Katara 2 years, 9 months ago

I agree with Lateralis.

We had the intel. There was no reason to not go ahead and apprehend him. There was no reason not to give him a fair trial - something that is guaranteed to all American citizens. He didn't relinquish his citizenship. There is an actual process that has to be done in order to do that and in order for the U.S. not to continue to recognize something as a U.S. citizens and therefore no longer bound to the protections of the Constitution.

http://travel.state.gov/law/citizenship/citizenship_776.html

We do tell other countries how democracy and due process works all the time. It is important that we practice what we preach.

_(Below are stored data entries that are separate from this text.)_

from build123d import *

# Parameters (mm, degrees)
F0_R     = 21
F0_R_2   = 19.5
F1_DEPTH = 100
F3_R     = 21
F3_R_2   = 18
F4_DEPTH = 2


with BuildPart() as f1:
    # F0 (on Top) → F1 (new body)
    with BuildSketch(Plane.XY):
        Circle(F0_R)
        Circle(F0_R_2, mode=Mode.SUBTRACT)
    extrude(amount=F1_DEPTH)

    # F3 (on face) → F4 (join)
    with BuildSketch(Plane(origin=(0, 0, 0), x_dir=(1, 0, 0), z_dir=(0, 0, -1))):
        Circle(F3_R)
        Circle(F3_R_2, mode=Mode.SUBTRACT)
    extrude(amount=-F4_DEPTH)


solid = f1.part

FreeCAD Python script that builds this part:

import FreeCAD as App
import Part
import Sketcher
Q = App.Units.Quantity

doc = App.newDocument("Part")
body = doc.addObject("PartDesign::Body", "Body")

sketch1 = body.newObject("Sketcher::SketchObject", "Sketch")
sketch1.AttachmentSupport = (doc.getObject("XY_Plane"), [""])
sketch1.MapMode = "FlatFace"
sketch1.addGeometry([
    Part.Circle(App.Vector(0, 0, 0), App.Vector(0, 0, 1), 21),
    Part.Circle(App.Vector(0, 0, 0), App.Vector(0, 0, 1), 19.5),
], False)
sketch1.addConstraint([
    Sketcher.Constraint("Coincident", 0, 3, -1, 1),
    Sketcher.Constraint("Coincident", 1, 3, -1, 1),
    Sketcher.Constraint("Diameter", 0, Q("42 mm")),
    Sketcher.Constraint("Diameter", 1, Q("39 mm")),
])
pad1 = body.newObject("PartDesign::Pad", "Pad")
pad1.Profile = sketch1
pad1.Length = 100

sketch2 = body.newObject("Sketcher::SketchObject", "Sketch001")
sketch2.AttachmentSupport = (doc.getObject("XY_Plane"), [""])
sketch2.MapMode = "FlatFace"
sketch2.addGeometry([
    Part.Circle(App.Vector(0, 0, 0), App.Vector(0, 0, 1), 21),
    Part.Circle(App.Vector(0, 0, 0), App.Vector(0, 0, 1), 18),
], False)
sketch2.addConstraint([
    Sketcher.Constraint("Coincident", 0, 3, -1, 1),
    Sketcher.Constraint("Coincident", 1, 3, -1, 1),
    Sketcher.Constraint("Diameter", 0, Q("42 mm")),
    Sketcher.Constraint("Diameter", 1, Q("36 mm")),
])
pad2 = body.newObject("PartDesign::Pad", "Pad001")
pad2.Profile = sketch2
pad2.Length = 2

doc.recompute()
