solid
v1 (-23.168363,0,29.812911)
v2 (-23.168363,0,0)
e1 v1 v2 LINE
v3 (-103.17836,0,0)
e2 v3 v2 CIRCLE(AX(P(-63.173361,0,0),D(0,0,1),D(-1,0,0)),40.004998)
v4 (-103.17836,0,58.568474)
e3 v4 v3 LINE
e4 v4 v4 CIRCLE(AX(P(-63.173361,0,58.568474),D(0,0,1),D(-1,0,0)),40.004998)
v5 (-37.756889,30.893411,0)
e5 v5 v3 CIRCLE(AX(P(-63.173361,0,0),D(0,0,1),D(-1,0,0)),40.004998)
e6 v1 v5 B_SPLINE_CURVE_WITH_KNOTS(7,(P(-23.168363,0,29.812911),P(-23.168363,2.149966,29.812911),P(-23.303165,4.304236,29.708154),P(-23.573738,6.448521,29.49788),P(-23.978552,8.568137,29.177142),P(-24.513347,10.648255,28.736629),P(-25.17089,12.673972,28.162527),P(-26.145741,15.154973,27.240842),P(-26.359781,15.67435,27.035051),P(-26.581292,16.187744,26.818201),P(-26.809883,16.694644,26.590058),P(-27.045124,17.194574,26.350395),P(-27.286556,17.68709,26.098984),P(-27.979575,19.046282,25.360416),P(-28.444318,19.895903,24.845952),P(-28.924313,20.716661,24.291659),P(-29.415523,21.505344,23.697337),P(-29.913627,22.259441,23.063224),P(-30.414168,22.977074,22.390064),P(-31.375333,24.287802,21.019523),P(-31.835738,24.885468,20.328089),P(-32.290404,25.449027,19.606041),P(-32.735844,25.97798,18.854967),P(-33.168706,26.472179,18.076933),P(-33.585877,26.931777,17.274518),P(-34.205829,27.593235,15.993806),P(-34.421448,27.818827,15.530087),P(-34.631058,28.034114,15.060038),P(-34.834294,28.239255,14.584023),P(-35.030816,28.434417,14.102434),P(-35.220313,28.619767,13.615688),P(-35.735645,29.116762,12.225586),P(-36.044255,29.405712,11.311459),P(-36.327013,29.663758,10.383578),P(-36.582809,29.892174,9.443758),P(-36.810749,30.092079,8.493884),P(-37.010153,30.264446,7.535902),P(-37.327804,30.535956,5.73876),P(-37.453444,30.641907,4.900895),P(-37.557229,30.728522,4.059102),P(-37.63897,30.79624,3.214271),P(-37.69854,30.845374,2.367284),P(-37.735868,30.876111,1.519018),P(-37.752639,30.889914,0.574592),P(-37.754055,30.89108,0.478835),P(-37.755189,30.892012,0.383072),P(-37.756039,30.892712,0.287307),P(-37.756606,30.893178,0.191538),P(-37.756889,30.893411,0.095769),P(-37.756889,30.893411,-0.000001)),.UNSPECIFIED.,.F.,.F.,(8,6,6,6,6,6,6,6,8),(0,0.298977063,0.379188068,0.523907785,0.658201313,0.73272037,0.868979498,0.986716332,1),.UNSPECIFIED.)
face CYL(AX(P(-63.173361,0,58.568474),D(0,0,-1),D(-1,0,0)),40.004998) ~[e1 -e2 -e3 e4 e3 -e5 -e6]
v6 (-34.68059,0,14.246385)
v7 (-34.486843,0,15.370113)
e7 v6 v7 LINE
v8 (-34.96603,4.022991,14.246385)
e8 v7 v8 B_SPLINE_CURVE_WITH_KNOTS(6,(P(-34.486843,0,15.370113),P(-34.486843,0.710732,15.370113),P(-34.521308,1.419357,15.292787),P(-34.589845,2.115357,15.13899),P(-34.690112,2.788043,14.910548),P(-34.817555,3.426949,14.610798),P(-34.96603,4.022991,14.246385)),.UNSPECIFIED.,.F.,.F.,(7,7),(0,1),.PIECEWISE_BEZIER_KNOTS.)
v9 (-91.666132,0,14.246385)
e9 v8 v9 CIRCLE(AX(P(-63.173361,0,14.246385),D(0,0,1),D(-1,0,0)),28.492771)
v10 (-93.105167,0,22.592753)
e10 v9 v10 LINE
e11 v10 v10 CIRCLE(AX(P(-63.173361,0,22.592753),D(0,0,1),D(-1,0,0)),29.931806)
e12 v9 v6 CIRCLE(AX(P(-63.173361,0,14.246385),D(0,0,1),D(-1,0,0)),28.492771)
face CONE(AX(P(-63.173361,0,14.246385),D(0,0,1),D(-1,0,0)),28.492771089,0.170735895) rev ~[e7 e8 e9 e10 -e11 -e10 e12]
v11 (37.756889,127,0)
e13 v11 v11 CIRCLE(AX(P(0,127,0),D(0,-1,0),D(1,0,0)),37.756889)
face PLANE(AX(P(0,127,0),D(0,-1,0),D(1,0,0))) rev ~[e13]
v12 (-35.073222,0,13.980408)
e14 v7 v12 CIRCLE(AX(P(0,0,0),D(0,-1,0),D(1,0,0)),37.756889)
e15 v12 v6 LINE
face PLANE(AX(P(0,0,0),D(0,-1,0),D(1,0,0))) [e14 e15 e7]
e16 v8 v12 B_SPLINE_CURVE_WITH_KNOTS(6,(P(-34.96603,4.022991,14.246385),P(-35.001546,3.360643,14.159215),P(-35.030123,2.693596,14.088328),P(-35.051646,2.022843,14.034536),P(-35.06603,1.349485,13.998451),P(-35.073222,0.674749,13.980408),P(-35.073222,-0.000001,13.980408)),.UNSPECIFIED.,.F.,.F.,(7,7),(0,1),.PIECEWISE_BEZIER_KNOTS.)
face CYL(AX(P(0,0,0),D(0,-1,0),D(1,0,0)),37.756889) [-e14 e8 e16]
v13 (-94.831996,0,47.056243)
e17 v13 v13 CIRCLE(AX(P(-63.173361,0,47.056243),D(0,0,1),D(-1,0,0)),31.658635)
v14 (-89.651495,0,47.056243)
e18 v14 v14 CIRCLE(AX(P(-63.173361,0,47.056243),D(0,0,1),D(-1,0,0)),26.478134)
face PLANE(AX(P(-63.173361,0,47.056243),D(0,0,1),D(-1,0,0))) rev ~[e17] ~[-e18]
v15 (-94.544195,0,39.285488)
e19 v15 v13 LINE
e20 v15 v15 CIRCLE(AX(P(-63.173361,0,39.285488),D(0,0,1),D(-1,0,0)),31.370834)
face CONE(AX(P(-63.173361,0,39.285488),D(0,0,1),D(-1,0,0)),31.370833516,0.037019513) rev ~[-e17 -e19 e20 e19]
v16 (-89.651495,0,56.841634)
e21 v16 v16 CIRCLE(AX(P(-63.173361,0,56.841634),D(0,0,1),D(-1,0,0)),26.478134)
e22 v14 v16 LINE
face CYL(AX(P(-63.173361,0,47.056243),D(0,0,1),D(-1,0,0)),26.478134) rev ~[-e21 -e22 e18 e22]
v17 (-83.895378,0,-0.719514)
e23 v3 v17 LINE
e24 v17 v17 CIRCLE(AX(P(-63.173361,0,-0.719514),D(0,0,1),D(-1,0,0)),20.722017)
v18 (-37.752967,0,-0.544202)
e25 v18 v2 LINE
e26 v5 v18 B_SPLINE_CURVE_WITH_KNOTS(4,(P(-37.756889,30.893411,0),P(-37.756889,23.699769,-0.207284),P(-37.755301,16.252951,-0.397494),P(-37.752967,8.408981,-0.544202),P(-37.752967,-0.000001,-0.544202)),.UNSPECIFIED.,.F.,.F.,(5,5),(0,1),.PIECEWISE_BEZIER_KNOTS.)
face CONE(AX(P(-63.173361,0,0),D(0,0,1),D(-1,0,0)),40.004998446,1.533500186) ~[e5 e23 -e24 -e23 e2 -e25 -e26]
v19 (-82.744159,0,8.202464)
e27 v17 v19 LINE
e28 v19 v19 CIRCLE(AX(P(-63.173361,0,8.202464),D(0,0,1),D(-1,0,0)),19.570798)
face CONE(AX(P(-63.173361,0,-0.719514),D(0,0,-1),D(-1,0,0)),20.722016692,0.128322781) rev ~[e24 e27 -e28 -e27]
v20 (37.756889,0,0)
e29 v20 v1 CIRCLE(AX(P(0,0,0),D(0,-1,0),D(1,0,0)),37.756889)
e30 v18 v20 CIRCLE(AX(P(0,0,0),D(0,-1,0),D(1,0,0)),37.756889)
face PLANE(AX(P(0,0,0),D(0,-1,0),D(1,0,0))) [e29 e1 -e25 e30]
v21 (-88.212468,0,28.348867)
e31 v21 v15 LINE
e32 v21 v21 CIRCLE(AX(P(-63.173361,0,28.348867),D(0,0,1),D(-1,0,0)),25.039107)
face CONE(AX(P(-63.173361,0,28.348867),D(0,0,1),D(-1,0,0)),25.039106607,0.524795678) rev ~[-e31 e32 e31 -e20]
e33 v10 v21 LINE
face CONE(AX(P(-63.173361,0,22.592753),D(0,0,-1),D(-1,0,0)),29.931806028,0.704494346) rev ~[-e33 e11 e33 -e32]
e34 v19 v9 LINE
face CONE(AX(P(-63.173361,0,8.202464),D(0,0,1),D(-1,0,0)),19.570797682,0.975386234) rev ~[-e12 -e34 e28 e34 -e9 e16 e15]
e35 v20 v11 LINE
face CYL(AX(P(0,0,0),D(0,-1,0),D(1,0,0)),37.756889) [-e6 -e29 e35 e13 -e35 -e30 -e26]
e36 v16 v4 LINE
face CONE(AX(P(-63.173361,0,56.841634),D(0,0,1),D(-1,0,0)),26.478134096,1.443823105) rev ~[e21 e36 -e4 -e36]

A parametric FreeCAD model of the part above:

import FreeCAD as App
import Part
import Sketcher

doc = App.newDocument("Part")
params = doc.addObject("Spreadsheet::Sheet", "Params")
for row, (alias, value) in enumerate([
    ("pad1_length", "5 in"),
    ("revolution_angle", "360 deg"),
], start=1):
    params.set(f"A{row}", alias)
    params.set(f"B{row}", "=" + value)
    params.setAlias(f"B{row}", alias)

body = doc.addObject("PartDesign::Body", "Body")

# Sketch on XZ plane
sketch1 = body.newObject("Sketcher::SketchObject", "Sketch")
sketch1.AttachmentSupport = (doc.getObject("XZ_Plane"), [""])
sketch1.MapMode = "FlatFace"
sketch1.addGeometry(Part.Circle(App.Vector(0, 0, 0), App.Vector(0, 0, 1), 38), False)
sketch1.addConstraint([
    Sketcher.Constraint("Coincident", 0, 3, -1, 1),
    Sketcher.Constraint("Diameter", 0, 75.513779),
])
pad1 = body.newObject("PartDesign::Pad", "Pad")
pad1.Profile = sketch1
pad1.setExpression("Length", "Params.pad1_length")
pad1.Reversed = True

# Sketch on XZ plane
sketch2 = body.newObject("Sketcher::SketchObject", "Sketch001")
sketch2.AttachmentSupport = (doc.getObject("XZ_Plane"), [""])
sketch2.MapMode = "FlatFace"
sketch2.addGeometry([
    Part.LineSegment(App.Vector(-103, 59, 0), App.Vector(-103, 0, 0)),  # 0
    Part.LineSegment(App.Vector(-103, 0, 0), App.Vector(-84, -1, 0)),  # 1
    Part.LineSegment(App.Vector(-84, -1, 0), App.Vector(-83, 8, 0)),  # 2
    Part.LineSegment(App.Vector(-83, 8, 0), App.Vector(-92, 14, 0)),  # 3
    Part.LineSegment(App.Vector(-92, 14, 0), App.Vector(-93, 23, 0)),  # 4
    Part.LineSegment(App.Vector(-93, 23, 0), App.Vector(-88, 28, 0)),  # 5
    Part.LineSegment(App.Vector(-88, 28, 0), App.Vector(-95, 39, 0)),  # 6
    Part.LineSegment(App.Vector(-95, 39, 0), App.Vector(-95, 47, 0)),  # 7
    Part.LineSegment(App.Vector(-95, 47, 0), App.Vector(-90, 47, 0)),  # 8
    Part.LineSegment(App.Vector(-90, 47, 0), App.Vector(-90, 57, 0)),  # 9
    Part.LineSegment(App.Vector(-90, 57, 0), App.Vector(-103, 59, 0)),  # 10
], False)
sketch2.addGeometry(Part.LineSegment(App.Vector(-63, -1, 0), App.Vector(-63, 59, 0)), True)  # axis
sketch2.addConstraint([
    Sketcher.Constraint("Coincident", 0, 2, 1, 1),
    Sketcher.Constraint("Coincident", 1, 2, 2, 1),
    Sketcher.Constraint("Coincident", 2, 2, 3, 1),
    Sketcher.Constraint("Coincident", 3, 2, 4, 1),
    Sketcher.Constraint("Coincident", 4, 2, 5, 1),
    Sketcher.Constraint("Coincident", 5, 2, 6, 1),
    Sketcher.Constraint("Coincident", 6, 2, 7, 1),
    Sketcher.Constraint("Coincident", 7, 2, 8, 1),
    Sketcher.Constraint("Coincident", 8, 2, 9, 1),
    Sketcher.Constraint("Coincident", 9, 2, 10, 1),
    Sketcher.Constraint("Coincident", 10, 2, 0, 1),
    Sketcher.Constraint("Vertical", 0),
    Sketcher.Constraint("Horizontal", 8),
    Sketcher.Constraint("Vertical", 9),
    Sketcher.Constraint("Vertical", 11),
    Sketcher.Constraint("PointOnObject", 0, 2, -1),
    Sketcher.Constraint("Horizontal", 1, 2, 11, 1),
    Sketcher.Constraint("Horizontal", 10, 2, 11, 2),
    Sketcher.Constraint("DistanceX", 8, 1, 8, 2, 5.1805),
    Sketcher.Constraint("Distance", 1, 19.296401),
    Sketcher.Constraint("DistanceY", 9, 1, 9, 2, 9.785391),
    Sketcher.Constraint("DistanceY", 11, 1, 11, 2, 59.287988),
    Sketcher.Constraint("DistanceX", 0, 2, 2, 2, 20.434201),
    Sketcher.Constraint("DistanceY", 1, 2, 3, 2, 14.965899),
    Sketcher.Constraint("DistanceX", 4, 2, 5, 2, 4.892699),
    Sketcher.Constraint("DistanceX", 7, 2, 6, 2, 0.287801),
    Sketcher.Constraint("Distance", 3, 10.77639),
    Sketcher.Constraint("Distance", 5, 7.554558),
    Sketcher.Constraint("DistanceY", 0, 2, 0, 1, 58.568474),
    Sketcher.Constraint("DistanceX", 0, 2, -1, 1, 103.17836),
    Sketcher.Constraint("DistanceY", -1, 1, 6, 2, 39.285488),
    Sketcher.Constraint("DistanceX", 11, 1, -1, 1, 63.173361),
    Sketcher.Constraint("DistanceY", 1, 2, 2, 2, 8.921979),
    Sketcher.Constraint("DistanceY", 3, 2, 4, 2, 8.346369),
    Sketcher.Constraint("DistanceX", 4, 2, 2, 2, 10.361008),
    Sketcher.Constraint("DistanceX", 7, 2, 4, 2, 1.726829),
    Sketcher.Constraint("DistanceY", 4, 2, 7, 2, 24.46349),
])
revolution = body.newObject("PartDesign::Revolution", "Revolution")
revolution.Profile = sketch2
revolution.ReferenceAxis = (sketch2, ["Axis0"])
revolution.setExpression("Angle", "Params.revolution_angle")

doc.recompute()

jafs 2 years, 9 months ago

I would expand your last comment, and apply it to many other issues as well.

classclown 2 years, 9 months ago

TheYetiSpeaks (anonymous) replies…

December 1779. He was found guilty of 2 lesser offenses, due in no small part to the fact that G. Washington was a fan. Still, even the minor charges angered Arnold to take on more serious acts of espionage. March 16, 2012 at 11:20 a.m.

==============================================

That had nothing to do with treason or espionage and he was still every bit the patriot then.

I ask again. When did Benedict Arnold receive a trial for treason?

TheYetiSpeaks 2 years, 9 months ago

I feel like we went on a tangent here....and you missed the point I was originally making. Arnold was brought up on several charges, most of which were dropped, but some thought were suspicious. Its probable that several officers had noticed some curious intent. He wound up being found guilty on a couple " bookkeeping" errors that had little to do with anything. However, to say he was still regarded as a patriot was not accurate considering that since he had married a Tory woman 2 years previous he had taken to associating himself with other Tories and was probably firmly entrenched in their cause. Historians go back and forth on this but it's really neither here nor there since it has little to do with my original point which was that it is of little importance whether Awlaki got what he deserved, but rather whether the government should have the ability to do such a thing. Awlaki didn't die in a military skirmish where he was openly in battle with Americans, but from a drone attack on an express order from the President of the United States. Big difference.